We try to add a date stamp to the questions and answers.
Should we cite readings from the CSC 151 Web site? If so, how much information should we give?
Yes. The title and URL should suffice.
Can I use other websites as a reference for the exam?
As the exam policies page states, “This examination is open book, open notes, open mind, open computer, open Web.” Note that it also states “ If you find ideas in a book or on the Web, be sure to cite them appropriately.”
Do we have to cite the exam itself?
No.
How do I generate a random six digit number?
(random 1000000). If you end up with a number less than six digits, add zeros to the left side of the number until you have six digits.
Some of the problems are based on a recent homework assignment.

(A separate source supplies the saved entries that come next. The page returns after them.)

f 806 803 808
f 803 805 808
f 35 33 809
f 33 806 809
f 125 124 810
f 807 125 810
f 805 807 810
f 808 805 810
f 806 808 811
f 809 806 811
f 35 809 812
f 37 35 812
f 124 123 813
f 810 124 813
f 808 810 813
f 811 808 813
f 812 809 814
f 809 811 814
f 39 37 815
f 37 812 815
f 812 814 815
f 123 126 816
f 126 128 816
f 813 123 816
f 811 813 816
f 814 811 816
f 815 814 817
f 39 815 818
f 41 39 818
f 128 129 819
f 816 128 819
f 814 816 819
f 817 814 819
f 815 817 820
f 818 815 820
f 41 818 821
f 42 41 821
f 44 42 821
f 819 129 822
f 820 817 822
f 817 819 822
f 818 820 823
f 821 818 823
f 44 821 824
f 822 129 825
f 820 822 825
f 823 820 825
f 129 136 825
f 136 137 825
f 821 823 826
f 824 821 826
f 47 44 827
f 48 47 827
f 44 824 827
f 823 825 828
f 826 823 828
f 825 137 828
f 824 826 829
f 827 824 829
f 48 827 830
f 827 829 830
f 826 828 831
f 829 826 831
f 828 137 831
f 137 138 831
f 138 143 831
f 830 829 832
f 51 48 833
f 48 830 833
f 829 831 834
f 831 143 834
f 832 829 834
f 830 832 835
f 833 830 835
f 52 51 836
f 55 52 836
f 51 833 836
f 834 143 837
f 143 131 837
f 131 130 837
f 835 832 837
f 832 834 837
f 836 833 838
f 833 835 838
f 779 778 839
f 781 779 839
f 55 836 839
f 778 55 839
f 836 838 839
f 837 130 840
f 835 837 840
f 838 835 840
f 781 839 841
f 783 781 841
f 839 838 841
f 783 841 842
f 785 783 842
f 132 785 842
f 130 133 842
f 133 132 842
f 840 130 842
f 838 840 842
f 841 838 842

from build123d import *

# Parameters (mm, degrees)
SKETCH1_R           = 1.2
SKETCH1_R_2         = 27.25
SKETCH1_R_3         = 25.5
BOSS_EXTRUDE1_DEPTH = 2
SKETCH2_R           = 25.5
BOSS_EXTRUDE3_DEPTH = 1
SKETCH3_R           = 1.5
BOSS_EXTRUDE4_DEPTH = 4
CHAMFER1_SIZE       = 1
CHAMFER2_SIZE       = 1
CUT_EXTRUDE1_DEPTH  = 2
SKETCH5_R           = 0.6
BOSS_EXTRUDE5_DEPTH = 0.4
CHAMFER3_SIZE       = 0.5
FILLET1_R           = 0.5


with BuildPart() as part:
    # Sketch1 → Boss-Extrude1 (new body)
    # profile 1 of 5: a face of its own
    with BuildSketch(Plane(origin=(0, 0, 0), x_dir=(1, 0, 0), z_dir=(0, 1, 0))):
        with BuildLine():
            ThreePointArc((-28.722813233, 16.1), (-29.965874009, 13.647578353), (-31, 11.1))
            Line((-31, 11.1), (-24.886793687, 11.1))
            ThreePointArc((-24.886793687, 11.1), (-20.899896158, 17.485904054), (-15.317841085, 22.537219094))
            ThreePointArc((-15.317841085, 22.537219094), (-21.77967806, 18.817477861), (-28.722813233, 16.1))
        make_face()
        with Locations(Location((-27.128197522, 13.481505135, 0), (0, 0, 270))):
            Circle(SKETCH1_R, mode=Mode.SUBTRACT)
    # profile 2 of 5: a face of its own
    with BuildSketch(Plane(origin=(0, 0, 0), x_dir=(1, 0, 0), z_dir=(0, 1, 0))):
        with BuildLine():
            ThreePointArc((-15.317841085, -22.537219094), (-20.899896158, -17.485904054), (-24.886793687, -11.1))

Should I cite my work on that assignment?
If you refer to your work on that assignment, you should cite it.
How do I cite my work on an assignment?
Something like “Student 123456 and partner. Homework Assignment 3. CSC 151.01. 6 September 2018.”
I see the comment ; STUB on some of the procedures. What does that mean?
We use the term “STUB” for a procedure that gives some default value rather than the correct one. Stub procedures are useful when you need the procedure to exist during development, but have not yet had time to implement it. You should remove these comments as you replace stub procedures with real implementations.
How exhaustive do our postconditions need to be when writing 6P-style documentation?
Your postconditions are not a test suite, but they should capture all of the procedure’s behavior. You do not need to give specific input/output examples, but describe what is true about the output as much as you can in a few concise lines.
Are there any requirements for informal tests?
Sort of. They should be good tests, though they need not be exhaustive. Your informal tests only count if they are different from the examples on the exam.
Do we need to show examples of running our helper procedures?
No, but you should be checking them carefully. You don’t need to include these examples in your exam.

## Errata

Please check back periodically in case we find any new issues.

### Problem 1

• There was a missing ) in the first example. [No EC. Fixed before end of first day.]
• The word “procedure” was misspelled “procesure”. [+1 point. JL]
• The word “definition” was misspelled “defintion”. [+1 point. TK]

### Problem 2

• The documented name for tsil-length was tsil->length. [+1/2 point. SB]

### Problem 3

• The topics included “sorting”, but this problem is not related to sorting. [+1/2 point. AA]

### Problem 5

• The problem used the singular “course” when it should have used “courses”. [+1 point. CN]
• The has-taken predicate should have had a question mark. I am not updating the problem because that would break your example code if you already downloaded the starter file. Because this is a style rather than correctness issue, there will be no bonus point for this error.

## Citations

Some of the problems on this exam are based on—and at times copied from—problems on previous exams for the course. Those exams were written by Charlie Curtsinger, Janet Davis, Rhys Price Jones, Titus Klinge, Samuel A. Rebelsky, John David Stone, Henry Walker, and Jerod Weinman. Many were written collaboratively, or were themselves based upon prior examinations, so precise credit is difficult, if not impossible.

Some problems on this exam were inspired by conversations with our students and by correct and incorrect student solutions on a variety of problems. We thank our students for that inspiration. Usually, a combination of questions or discussions inspired a problem, so it is difficult and inappropriate to credit individual students.